Compare multiple techniques systematically:

techniques_to_test = ["bm25", "dense_retriever", "hyde"]
results_list = []

for technique_name in techniques_to_test:
    technique = TechniqueRegistry.get(technique_name)
    result = harness.run_benchmark(
        technique=technique,
        dataset_path=dataset_path,
        corpus_docs=corpus
    )
    results_list.append(result)

# Find best performing technique
best_technique = max(results_list, key=lambda r: r['metrics']['f1'])
print(f"Best technique: {best_technique['technique']} (F1: {best_technique['metrics']['f1']:.3f})")

Error Handling

The benchmark system handles errors gracefully:

# Individual question errors are captured in results
result = harness.run_benchmark(technique, dataset_path, corpus)

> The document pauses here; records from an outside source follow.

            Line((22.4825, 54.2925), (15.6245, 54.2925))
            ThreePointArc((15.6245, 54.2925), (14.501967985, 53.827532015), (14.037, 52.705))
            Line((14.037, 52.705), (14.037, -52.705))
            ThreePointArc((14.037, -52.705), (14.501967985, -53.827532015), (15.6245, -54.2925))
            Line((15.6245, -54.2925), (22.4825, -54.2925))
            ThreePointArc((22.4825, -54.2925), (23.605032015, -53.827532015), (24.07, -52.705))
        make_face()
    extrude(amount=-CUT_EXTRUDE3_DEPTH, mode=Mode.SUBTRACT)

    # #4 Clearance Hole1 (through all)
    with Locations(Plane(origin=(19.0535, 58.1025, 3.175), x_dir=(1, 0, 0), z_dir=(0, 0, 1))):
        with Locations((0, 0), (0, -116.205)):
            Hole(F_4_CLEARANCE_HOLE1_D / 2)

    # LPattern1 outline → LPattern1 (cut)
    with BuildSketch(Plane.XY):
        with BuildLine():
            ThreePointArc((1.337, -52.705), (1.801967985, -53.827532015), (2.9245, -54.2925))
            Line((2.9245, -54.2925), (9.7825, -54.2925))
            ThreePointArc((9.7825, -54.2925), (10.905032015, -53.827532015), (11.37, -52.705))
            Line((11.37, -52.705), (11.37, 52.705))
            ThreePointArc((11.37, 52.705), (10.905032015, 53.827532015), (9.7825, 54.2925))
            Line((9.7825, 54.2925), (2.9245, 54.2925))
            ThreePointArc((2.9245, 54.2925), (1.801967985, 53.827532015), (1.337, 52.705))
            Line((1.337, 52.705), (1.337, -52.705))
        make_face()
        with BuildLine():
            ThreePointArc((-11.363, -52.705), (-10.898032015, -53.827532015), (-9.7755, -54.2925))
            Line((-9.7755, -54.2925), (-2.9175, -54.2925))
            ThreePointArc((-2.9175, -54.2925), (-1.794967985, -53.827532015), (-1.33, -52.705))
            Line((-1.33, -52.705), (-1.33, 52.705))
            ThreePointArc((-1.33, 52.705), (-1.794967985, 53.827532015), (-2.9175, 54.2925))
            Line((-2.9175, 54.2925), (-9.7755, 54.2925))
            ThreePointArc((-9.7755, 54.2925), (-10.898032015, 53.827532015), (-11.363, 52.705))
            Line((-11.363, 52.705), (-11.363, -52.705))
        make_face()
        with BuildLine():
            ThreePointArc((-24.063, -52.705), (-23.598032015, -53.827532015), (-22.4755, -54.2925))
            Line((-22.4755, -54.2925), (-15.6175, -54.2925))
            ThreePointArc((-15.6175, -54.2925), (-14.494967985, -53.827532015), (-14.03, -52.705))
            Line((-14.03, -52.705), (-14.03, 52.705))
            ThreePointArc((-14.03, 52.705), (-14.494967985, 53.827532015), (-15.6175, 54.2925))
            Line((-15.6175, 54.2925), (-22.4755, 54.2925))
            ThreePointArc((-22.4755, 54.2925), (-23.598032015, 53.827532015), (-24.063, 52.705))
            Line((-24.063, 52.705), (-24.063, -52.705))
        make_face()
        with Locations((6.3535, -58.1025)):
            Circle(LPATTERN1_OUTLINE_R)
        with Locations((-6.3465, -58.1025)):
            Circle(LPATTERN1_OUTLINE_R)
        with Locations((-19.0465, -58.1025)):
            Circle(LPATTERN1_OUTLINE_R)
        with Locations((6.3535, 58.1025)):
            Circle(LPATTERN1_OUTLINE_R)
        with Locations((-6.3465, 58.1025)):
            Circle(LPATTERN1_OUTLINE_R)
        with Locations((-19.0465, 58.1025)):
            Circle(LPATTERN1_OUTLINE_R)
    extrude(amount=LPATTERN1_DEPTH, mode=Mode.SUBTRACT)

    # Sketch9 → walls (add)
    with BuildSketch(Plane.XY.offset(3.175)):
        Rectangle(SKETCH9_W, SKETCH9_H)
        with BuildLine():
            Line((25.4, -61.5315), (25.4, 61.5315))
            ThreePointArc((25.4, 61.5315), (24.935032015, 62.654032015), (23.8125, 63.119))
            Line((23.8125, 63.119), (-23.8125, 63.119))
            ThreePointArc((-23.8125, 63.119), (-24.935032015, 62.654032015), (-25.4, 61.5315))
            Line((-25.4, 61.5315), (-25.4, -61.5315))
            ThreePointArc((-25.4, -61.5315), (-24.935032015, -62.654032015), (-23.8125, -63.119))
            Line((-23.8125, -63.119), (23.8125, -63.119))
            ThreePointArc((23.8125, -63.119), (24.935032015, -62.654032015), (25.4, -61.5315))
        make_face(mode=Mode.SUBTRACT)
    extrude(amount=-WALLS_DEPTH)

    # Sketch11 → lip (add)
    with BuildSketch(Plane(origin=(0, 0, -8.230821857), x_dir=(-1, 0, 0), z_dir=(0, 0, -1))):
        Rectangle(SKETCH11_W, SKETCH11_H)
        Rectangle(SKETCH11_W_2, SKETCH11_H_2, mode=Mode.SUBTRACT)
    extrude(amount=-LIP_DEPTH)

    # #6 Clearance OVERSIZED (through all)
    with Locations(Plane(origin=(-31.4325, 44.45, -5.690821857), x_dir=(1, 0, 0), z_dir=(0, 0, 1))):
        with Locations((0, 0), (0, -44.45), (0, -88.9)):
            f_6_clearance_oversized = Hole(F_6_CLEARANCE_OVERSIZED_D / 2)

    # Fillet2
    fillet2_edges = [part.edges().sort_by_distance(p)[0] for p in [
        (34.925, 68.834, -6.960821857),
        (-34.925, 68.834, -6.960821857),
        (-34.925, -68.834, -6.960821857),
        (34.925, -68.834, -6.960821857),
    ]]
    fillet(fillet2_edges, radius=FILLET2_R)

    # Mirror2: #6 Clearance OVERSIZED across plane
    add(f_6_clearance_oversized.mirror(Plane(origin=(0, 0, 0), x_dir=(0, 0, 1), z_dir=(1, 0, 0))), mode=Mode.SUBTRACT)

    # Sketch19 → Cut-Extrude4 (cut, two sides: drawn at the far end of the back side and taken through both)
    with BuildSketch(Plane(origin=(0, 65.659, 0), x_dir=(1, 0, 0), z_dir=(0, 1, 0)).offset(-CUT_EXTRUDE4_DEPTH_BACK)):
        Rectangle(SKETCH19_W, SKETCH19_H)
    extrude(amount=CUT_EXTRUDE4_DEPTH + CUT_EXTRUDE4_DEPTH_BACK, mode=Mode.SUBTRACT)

for individual_result in result["individual_results"]:
    if "error" in individual_result:
        print(f"Error processing question: {individual_result['error']}")

Performance Considerations

Quick Mode

For rapid iteration and testing, use quick mode:

# Only processes first 3 examples
harness = BenchmarkHarness(quick_mode=True)

Large Datasets

For large datasets, consider:

  • Processing in batches
  • Using multiprocessing for technique comparisons
  • Sampling representative subsets
  • Caching intermediate results

Memory Management

Monitor memory usage when working with large corpora:

# Process documents in chunks for very large corpora
chunk_size = 1000
for i in range(0, len(large_corpus), chunk_size):
    chunk = large_corpus[i:i+chunk_size]
    # Process chunk...

Integration with Development Workflow

Automated Testing

Include benchmark runs in your CI/CD pipeline:

# .github/workflows/ci.yml
- name: Run benchmark smoke test
  run: python examples/benchmark_run.py --quick
  env:
    RUN_BENCH: "true"

Regression Detection

Track performance over time:

# Compare against baseline results
baseline_f1 = 0.75
current_f1 = results['metrics']['f1']

if current_f1 < baseline_f1 - 0.05:
    print("⚠️  Performance regression detected!")

A/B Testing New Techniques

# Compare new technique against current best
baseline_technique = TechniqueRegistry.get("current_best")
new_technique = TechniqueRegistry.get("experimental")

baseline_results = harness.run_benchmark(baseline_technique, dataset, corpus)
new_results = harness.run_benchmark(new_technique, dataset, corpus)

improvement = new_results['metrics']['f1'] - baseline_results['metrics']['f1']
print(f"F1 improvement: {improvement:+.3f}")

Best Practices

  1. Use representative datasets: Ensure your QA dataset reflects real use cases
  2. Multiple metrics: Don't rely on a single metric; consider all three
  3. Cross-validation: Test on multiple datasets for robust evaluation
  4. Statistical significance: Run multiple trials for statistical validity
  5. Document assumptions: Note any preprocessing or filtering applied
  6. Version control results: Track benchmark results over time
  7. Reproducible runs: Set random seeds and document environment

Troubleshooting

Common Issues

Dataset loading errors:

# Check file format and encoding
python -c "from raglib.benchmark import load_qa_dataset; print(load_qa_dataset('data.jsonl')[:2])"

Memory errors with large corpora:

# Use generators or chunking for large datasets
def chunk_corpus(corpus, chunk_size=1000):
    for i in range(0, len(corpus), chunk_size):
        yield corpus[i:i+chunk_size]

Technique not found:

# List available techniques
print("Available:", TechniqueRegistry.list())

Low scores across all techniques: - Check dataset quality and answer format - Verify corpus contains relevant information - Review technique parameters and configuration

For more detailed examples, see examples/benchmark_run.py and the test files in tests/test_benchmark.py.